> _RECORDS PROVIDED_
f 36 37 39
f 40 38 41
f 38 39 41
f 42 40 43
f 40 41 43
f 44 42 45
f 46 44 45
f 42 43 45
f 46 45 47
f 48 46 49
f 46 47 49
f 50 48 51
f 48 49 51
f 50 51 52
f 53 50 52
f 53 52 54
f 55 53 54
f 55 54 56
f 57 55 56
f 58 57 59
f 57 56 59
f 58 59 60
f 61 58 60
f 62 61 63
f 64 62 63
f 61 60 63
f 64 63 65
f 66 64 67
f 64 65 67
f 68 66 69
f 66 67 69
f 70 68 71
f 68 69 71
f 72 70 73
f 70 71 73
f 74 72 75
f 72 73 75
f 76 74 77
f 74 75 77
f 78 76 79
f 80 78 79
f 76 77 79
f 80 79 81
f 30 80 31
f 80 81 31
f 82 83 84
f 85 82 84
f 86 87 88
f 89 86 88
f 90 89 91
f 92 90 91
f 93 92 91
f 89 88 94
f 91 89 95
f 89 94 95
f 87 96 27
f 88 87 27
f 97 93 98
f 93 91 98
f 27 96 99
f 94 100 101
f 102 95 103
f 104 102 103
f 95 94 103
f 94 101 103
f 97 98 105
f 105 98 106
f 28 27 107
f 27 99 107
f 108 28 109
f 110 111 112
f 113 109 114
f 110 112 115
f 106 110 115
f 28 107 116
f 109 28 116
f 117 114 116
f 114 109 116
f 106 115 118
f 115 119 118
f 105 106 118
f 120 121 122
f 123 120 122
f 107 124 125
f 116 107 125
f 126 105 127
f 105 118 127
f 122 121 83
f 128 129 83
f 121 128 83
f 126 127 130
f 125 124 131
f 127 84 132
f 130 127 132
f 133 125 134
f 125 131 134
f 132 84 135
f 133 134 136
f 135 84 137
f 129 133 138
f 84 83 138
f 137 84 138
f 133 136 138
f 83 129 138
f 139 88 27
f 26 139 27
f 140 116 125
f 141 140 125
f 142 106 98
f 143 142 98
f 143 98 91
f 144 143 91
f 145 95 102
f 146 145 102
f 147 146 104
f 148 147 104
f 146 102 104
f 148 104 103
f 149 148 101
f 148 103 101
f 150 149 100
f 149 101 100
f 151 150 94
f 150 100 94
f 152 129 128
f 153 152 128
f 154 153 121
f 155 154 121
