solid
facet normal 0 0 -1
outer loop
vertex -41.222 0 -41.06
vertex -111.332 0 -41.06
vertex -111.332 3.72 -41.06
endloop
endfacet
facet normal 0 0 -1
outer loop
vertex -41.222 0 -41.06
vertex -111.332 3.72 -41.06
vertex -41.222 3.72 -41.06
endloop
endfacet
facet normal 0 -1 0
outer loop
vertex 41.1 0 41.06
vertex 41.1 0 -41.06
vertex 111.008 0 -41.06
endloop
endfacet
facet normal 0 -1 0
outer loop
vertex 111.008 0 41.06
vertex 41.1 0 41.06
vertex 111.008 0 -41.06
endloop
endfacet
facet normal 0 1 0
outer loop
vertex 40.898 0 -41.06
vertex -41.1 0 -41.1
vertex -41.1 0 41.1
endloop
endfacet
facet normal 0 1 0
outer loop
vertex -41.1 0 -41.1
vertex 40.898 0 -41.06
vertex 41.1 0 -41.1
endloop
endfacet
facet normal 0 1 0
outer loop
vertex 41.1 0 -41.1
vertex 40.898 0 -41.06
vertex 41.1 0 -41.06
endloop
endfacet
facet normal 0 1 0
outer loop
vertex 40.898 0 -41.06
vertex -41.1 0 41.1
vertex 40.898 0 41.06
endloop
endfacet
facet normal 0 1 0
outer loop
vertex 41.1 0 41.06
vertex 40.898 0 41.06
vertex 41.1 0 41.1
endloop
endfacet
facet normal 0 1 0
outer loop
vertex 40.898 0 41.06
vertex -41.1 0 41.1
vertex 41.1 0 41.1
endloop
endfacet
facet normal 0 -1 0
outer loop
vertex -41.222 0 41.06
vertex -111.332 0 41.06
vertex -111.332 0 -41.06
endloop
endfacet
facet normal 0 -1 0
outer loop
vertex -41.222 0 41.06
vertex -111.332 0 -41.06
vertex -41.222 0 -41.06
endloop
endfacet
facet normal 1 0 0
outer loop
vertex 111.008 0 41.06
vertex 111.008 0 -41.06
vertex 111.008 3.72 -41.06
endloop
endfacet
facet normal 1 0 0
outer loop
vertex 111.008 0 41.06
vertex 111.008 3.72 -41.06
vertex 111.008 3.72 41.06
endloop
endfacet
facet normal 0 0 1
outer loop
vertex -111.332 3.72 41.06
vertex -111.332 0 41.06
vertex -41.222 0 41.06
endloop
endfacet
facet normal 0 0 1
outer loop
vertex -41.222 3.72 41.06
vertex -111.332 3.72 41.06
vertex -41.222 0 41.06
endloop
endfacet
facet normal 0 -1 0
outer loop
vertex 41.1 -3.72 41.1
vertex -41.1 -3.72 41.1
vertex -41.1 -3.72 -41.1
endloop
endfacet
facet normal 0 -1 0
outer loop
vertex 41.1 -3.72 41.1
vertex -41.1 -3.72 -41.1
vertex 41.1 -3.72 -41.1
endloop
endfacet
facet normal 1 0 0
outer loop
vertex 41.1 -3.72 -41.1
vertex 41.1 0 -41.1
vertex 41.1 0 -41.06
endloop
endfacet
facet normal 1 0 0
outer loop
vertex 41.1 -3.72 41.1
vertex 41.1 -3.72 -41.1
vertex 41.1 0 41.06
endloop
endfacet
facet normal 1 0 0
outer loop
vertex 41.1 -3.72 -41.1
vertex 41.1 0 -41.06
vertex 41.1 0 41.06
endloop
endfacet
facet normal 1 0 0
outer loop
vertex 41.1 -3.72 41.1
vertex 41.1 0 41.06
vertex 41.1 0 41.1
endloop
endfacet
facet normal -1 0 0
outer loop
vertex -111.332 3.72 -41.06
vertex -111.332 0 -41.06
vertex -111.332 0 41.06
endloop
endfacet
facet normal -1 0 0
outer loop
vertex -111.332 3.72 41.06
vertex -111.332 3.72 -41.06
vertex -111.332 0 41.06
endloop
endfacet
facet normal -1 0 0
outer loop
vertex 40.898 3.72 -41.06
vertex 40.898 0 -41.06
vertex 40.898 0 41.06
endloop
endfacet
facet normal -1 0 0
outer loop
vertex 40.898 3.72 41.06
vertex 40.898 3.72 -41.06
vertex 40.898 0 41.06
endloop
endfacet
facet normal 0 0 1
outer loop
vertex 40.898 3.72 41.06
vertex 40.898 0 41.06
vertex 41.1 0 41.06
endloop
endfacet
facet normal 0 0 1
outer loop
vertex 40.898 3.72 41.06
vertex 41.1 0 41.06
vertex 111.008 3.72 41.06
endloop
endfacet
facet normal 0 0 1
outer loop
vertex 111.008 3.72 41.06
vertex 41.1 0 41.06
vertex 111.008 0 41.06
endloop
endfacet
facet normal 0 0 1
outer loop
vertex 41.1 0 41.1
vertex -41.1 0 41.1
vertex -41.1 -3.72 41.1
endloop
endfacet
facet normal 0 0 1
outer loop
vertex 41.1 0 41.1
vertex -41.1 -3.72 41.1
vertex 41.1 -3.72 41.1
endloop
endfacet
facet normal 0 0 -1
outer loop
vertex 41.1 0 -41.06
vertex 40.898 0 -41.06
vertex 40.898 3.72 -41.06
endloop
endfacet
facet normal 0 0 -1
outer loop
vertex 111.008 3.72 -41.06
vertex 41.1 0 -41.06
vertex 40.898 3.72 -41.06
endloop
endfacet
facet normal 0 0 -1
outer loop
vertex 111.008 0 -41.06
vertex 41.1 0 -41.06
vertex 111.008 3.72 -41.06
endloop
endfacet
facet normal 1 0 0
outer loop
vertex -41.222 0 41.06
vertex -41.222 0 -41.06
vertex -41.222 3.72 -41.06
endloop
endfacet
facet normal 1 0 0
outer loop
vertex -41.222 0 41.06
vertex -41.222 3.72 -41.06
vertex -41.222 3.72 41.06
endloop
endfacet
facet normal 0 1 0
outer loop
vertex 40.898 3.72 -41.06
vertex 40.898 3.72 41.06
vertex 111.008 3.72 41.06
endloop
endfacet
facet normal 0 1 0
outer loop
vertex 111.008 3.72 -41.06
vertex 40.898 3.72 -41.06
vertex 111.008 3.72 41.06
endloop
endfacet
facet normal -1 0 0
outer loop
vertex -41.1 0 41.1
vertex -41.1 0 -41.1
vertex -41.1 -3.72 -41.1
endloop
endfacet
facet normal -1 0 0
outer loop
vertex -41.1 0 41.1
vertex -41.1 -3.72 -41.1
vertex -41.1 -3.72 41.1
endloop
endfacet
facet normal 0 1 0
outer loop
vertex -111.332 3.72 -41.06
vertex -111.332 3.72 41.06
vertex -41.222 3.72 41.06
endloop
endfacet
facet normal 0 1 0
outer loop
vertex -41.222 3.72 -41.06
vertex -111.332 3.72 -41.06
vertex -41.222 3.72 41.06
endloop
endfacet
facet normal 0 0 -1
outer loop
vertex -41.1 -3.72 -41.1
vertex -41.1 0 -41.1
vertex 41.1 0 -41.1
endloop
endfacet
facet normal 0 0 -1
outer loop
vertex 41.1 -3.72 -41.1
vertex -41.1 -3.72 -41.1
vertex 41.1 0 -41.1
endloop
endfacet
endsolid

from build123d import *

# Parameters (mm, degrees)
F0_W     = 82.199988
F0_H     = 82.199988
F2_DEPTH = 3.719999926
F1_W     = 70.1101869345
F1_H     = 82.1198001504
F3_DEPTH = 3.719999926


# Not quite as in the source:
# - a feature of the source that left no trace in its solid (it failed there, or was rolled back) is left out


with BuildPart() as f2:
    # F0 (on Front) → F2 (new body)
    with BuildSketch(Plane.XZ):
        Rectangle(F0_W, F0_H)
    extrude(amount=F2_DEPTH)

    # F1 (on Front) → F3, piece 2 (join)
    with BuildSketch(Plane.XZ):
        with Locations((75.9527012706, 0)):
            Rectangle(F1_W, F1_H)
    extrude(amount=-F3_DEPTH)


with BuildPart() as f3:
    # F1 (on Front) → F3 (new body)
    with BuildSketch(Plane.XZ):
        with Locations((-76.2772858143, 0)):
            Rectangle(F1_W, F1_H)
    extrude(amount=-F3_DEPTH)


solid = Compound([f2.part, f3.part])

> _TASK TO CARRY OUT_
Here the output must be the lines above from the line with "f 102 95 103" to the line with "f 153 152 128", both included, duplicated word for word and nothing else.

> _ANSWER BOX_
f 102 95 103
f 104 102 103
f 95 94 103
f 94 101 103
f 97 98 105
f 105 98 106
f 28 27 107
f 27 99 107
f 108 28 109
f 110 111 112
f 113 109 114
f 110 112 115
f 106 110 115
f 28 107 116
f 109 28 116
f 117 114 116
f 114 109 116
f 106 115 118
f 115 119 118
f 105 106 118
f 120 121 122
f 123 120 122
f 107 124 125
f 116 107 125
f 126 105 127
f 105 118 127
f 122 121 83
f 128 129 83
f 121 128 83
f 126 127 130
f 125 124 131
f 127 84 132
f 130 127 132
f 133 125 134
f 125 131 134
f 132 84 135
f 133 134 136
f 135 84 137
f 129 133 138
f 84 83 138
f 137 84 138
f 133 136 138
f 83 129 138
f 139 88 27
f 26 139 27
f 140 116 125
f 141 140 125
f 142 106 98
f 143 142 98
f 143 98 91
f 144 143 91
f 145 95 102
f 146 145 102
f 147 146 104
f 148 147 104
f 146 102 104
f 148 104 103
f 149 148 101
f 148 103 101
f 150 149 100
f 149 101 100
f 151 150 94
f 150 100 94
f 152 129 128
f 153 152 128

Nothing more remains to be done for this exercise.